A comprehensive CLI tool for RDKit cheminformatics operations
Project description
rdkit-cli
A high-performance CLI for cheminformatics workflows, powered by native RDKit (C++ under the hood).
32 commands | 5 I/O formats (CSV, TSV, SMI, SDF, Parquet) | multi-core parallel processing | ~80ms startup
Installation
pip install rdkit-cli
Quick Start
# Quick molecule info — no files needed
rdkit-cli info "c1ccccc1"
# Compute descriptors
rdkit-cli descriptors compute -i molecules.csv -o desc.csv -d MolWt,MolLogP,TPSA
# Filter by drug-likeness
rdkit-cli filter druglike -i molecules.csv -o filtered.csv --rule lipinski
# Similarity search
rdkit-cli similarity search -i library.csv -o hits.csv --query "c1ccccc1" --threshold 0.7
# Standardize structures
rdkit-cli standardize -i molecules.csv -o std.csv --cleanup --neutralize
Commands
Usage: rdkit-cli [-h] [-V] <command> ...
Commands:
align Align 3D molecules to a reference
conformers Generate and optimize 3D conformers
convert Convert between molecular file formats
deduplicate Remove duplicate molecules
depict Generate molecular depictions (SVG/PNG)
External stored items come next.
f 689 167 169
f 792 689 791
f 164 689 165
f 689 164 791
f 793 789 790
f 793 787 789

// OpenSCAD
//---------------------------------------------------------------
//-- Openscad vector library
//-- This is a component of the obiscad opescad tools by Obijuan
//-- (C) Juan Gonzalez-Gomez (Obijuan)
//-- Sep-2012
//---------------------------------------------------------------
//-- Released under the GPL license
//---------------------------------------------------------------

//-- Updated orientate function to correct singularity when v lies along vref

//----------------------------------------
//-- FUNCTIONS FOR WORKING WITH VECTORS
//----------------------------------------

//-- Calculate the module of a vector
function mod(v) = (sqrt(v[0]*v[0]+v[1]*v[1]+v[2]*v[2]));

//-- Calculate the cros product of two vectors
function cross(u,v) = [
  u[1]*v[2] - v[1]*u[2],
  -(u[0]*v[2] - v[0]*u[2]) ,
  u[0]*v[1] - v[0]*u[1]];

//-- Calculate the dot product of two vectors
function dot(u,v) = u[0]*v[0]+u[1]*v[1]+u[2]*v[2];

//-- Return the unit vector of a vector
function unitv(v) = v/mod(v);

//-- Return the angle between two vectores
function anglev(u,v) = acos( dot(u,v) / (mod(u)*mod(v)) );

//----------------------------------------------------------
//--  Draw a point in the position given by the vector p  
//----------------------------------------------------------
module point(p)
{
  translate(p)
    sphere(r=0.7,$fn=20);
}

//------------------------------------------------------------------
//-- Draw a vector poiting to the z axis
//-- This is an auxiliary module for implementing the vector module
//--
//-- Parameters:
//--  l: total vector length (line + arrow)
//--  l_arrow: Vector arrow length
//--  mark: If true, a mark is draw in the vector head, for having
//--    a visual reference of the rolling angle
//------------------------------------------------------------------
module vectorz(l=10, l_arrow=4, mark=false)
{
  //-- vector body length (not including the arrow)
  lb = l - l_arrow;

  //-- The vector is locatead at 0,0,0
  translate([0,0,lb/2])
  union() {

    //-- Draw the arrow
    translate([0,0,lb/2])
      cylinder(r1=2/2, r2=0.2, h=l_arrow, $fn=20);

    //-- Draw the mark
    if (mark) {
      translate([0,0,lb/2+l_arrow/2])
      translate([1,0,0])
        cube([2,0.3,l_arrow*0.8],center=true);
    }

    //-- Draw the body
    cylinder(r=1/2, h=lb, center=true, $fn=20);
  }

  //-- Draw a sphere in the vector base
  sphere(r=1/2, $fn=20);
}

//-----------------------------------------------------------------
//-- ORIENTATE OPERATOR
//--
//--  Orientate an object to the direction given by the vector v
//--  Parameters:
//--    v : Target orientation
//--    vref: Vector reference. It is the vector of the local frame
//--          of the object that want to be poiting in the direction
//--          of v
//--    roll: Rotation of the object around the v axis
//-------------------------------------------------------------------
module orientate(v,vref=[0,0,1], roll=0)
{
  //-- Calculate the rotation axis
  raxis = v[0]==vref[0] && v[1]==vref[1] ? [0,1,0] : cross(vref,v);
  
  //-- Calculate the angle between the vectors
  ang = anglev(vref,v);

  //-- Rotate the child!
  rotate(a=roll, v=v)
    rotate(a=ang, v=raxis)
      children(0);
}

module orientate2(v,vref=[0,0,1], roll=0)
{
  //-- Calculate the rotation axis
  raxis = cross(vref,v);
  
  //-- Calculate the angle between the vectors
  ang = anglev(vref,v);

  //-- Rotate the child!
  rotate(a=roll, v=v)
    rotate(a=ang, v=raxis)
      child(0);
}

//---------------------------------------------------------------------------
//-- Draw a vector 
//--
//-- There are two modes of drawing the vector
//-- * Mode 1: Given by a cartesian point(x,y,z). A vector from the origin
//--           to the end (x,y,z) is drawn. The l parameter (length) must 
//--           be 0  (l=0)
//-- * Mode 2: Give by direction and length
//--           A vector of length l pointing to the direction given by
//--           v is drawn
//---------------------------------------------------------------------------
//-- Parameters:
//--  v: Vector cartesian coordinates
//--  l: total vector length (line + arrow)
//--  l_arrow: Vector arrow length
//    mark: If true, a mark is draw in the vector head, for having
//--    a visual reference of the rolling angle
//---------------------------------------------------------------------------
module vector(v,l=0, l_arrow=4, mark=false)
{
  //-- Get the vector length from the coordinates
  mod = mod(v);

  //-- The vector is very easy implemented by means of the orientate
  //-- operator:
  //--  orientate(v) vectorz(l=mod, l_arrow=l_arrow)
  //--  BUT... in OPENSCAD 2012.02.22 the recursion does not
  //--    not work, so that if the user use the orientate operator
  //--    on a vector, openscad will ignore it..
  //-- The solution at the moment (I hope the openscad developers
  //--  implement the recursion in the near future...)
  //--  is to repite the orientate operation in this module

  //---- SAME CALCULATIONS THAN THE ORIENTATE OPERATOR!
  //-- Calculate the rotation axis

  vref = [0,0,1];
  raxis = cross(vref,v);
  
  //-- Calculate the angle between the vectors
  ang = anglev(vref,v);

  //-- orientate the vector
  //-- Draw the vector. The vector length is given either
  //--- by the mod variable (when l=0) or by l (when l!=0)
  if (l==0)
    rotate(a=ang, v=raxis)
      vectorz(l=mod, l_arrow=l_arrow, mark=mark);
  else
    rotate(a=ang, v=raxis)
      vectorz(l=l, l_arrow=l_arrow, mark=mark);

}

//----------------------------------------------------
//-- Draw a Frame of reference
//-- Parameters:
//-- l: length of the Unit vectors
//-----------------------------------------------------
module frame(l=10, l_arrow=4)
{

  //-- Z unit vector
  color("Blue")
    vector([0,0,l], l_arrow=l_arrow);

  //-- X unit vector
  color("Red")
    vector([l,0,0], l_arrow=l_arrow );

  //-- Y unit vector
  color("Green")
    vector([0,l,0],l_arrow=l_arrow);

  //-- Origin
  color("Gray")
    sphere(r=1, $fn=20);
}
descriptors Compute molecular descriptors
diversity Analyze and select diverse molecules
energy Force field energy calculations
enumerate Enumerate stereoisomers and tautomers
filter Filter by substructure, properties, drug-likeness, PAINS
fingerprints Compute fingerprints (Morgan, MACCS, RDKit, AtomPair, Torsion)
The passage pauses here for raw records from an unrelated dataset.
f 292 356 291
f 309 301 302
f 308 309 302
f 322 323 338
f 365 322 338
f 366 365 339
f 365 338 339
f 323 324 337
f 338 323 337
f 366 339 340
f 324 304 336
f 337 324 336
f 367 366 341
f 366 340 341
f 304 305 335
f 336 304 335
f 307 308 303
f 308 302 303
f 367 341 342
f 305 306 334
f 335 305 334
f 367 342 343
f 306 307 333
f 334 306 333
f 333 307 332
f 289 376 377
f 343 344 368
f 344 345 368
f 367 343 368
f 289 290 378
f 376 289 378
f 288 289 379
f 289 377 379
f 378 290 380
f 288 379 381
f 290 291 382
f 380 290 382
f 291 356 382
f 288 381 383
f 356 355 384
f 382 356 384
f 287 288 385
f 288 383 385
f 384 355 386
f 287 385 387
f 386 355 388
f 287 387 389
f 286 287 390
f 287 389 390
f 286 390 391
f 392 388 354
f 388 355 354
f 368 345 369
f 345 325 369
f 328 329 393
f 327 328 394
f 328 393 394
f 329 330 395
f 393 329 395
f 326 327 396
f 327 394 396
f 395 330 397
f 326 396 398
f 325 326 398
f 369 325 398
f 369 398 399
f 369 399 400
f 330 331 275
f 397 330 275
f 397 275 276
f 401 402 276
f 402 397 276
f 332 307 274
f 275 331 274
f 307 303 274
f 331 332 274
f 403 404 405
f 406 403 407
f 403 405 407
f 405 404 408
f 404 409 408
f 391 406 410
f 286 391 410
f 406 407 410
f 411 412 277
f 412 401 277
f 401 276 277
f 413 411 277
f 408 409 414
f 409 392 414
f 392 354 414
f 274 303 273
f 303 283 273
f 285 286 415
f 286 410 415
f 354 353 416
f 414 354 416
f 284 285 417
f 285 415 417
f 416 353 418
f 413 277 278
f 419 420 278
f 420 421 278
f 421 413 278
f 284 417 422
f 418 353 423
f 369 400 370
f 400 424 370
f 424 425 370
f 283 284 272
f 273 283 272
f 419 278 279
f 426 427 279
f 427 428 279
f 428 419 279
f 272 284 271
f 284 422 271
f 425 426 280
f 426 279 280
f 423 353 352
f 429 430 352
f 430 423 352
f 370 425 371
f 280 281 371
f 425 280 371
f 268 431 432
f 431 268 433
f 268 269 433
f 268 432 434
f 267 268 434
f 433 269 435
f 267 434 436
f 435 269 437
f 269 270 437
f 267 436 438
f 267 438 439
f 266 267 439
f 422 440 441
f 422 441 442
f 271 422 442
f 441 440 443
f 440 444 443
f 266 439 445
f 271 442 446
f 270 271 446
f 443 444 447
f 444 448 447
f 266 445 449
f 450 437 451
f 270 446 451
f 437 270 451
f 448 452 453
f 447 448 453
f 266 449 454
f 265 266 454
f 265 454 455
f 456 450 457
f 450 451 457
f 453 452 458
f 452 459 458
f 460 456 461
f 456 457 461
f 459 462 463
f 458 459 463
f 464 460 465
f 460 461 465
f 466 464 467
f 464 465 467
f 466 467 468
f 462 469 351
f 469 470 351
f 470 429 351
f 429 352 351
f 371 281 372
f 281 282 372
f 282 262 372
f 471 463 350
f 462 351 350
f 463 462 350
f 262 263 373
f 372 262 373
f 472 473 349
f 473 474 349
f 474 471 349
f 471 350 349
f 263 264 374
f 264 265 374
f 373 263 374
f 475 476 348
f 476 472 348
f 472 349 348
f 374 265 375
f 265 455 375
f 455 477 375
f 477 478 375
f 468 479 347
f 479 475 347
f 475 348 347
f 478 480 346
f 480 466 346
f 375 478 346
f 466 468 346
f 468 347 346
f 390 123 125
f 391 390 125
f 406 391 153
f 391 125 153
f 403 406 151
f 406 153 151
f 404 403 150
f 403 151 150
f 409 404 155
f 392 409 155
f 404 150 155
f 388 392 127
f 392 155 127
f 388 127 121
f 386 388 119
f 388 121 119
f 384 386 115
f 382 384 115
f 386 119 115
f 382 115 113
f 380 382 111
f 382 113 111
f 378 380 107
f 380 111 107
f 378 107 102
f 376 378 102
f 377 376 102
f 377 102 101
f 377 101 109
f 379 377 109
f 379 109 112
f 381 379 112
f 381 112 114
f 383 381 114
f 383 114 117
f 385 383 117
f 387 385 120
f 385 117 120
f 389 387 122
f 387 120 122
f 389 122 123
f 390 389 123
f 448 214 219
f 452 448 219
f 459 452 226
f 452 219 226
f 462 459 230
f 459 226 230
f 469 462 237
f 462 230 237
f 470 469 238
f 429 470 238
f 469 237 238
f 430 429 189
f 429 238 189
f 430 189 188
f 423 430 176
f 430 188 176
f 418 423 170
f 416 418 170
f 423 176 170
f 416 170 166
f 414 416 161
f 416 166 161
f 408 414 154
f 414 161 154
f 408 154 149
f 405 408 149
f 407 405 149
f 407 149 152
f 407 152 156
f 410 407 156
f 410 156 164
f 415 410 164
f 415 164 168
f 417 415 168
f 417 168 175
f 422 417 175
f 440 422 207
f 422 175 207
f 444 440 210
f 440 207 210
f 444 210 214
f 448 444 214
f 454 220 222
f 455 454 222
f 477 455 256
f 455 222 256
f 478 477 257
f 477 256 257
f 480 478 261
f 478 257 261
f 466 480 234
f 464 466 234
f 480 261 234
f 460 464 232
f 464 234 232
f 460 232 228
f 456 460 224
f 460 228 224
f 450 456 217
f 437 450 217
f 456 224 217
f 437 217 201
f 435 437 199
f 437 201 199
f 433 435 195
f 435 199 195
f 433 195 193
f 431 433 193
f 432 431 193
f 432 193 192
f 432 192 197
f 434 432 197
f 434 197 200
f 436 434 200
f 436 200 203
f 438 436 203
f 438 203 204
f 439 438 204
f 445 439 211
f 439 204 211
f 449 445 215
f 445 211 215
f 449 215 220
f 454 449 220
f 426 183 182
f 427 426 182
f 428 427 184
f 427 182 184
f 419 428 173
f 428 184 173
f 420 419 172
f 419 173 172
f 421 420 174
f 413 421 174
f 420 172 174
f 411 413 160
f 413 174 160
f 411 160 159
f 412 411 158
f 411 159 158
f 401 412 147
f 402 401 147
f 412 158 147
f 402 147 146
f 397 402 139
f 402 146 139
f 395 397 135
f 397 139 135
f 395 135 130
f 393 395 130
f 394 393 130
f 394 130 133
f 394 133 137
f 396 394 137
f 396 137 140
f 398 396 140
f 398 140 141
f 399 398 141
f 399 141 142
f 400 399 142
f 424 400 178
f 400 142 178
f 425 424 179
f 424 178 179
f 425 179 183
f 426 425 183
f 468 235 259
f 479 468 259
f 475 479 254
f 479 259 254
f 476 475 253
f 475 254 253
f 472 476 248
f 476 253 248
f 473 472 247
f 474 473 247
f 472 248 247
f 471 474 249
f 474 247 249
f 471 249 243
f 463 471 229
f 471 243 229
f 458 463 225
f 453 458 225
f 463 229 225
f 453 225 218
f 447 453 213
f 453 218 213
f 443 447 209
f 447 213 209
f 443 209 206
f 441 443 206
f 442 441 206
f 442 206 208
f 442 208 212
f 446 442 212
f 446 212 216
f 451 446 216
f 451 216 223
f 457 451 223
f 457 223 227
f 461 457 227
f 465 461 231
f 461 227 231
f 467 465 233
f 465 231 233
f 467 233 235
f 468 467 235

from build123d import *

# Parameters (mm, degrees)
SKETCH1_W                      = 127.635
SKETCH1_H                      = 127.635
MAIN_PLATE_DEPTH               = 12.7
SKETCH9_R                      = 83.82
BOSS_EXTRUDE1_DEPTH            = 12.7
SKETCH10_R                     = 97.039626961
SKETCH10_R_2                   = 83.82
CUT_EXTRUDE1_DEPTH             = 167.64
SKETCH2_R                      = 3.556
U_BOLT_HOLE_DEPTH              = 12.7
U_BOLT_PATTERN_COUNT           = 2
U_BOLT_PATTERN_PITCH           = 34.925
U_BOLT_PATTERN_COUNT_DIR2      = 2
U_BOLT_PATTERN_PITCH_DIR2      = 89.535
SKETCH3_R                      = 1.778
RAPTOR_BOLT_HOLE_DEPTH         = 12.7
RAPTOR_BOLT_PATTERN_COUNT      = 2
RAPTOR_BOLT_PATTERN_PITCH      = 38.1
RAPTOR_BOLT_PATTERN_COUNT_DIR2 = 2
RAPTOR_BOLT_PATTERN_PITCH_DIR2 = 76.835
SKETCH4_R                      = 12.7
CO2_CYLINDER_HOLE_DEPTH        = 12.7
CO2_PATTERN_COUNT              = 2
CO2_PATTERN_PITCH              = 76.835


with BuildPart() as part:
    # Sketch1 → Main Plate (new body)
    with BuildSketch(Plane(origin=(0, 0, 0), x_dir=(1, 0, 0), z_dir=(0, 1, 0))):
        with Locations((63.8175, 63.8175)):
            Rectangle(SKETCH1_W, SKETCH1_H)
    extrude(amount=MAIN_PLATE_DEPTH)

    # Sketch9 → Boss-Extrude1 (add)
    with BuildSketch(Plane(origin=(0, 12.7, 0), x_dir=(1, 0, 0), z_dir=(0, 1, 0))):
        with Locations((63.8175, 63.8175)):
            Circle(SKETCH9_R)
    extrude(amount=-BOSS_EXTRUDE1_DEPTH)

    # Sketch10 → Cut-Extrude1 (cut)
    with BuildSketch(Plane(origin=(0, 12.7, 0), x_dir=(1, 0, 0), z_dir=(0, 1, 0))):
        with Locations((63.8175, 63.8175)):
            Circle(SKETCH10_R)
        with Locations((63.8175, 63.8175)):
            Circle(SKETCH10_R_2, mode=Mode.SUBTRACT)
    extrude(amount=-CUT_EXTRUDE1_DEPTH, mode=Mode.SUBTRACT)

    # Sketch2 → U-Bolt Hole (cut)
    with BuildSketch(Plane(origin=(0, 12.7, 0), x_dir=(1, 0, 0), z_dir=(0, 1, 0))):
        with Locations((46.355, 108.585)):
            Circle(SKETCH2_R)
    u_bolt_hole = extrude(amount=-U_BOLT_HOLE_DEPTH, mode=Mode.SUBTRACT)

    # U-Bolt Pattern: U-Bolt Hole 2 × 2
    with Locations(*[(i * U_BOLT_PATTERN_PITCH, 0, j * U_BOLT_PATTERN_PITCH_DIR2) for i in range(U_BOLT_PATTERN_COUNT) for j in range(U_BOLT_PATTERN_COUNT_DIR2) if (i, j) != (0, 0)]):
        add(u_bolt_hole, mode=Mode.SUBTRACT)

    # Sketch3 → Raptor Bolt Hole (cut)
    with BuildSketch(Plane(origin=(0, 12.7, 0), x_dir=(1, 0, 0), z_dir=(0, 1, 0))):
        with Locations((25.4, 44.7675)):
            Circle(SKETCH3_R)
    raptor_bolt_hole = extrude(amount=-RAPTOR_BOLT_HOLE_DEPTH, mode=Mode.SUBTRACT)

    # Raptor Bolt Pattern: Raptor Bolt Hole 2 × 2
fragment BRICS/RECAP fragmentation and functional groups
info Quick molecule information from SMILES
mcs Find Maximum Common Substructure
merge Merge multiple molecule files
mmp Matched Molecular Pairs analysis
pharmacophore Pharmacophore feature analysis
props Property column operations (add, rename, drop, keep)
protonate Enumerate protonation states
reactions Apply SMIRKS transformations and enumerate products
rgroup R-group decomposition around a core
rings Ring system analysis and extraction
rmsd Calculate RMSD between 3D structures
sample Randomly sample molecules (reservoir sampling supported)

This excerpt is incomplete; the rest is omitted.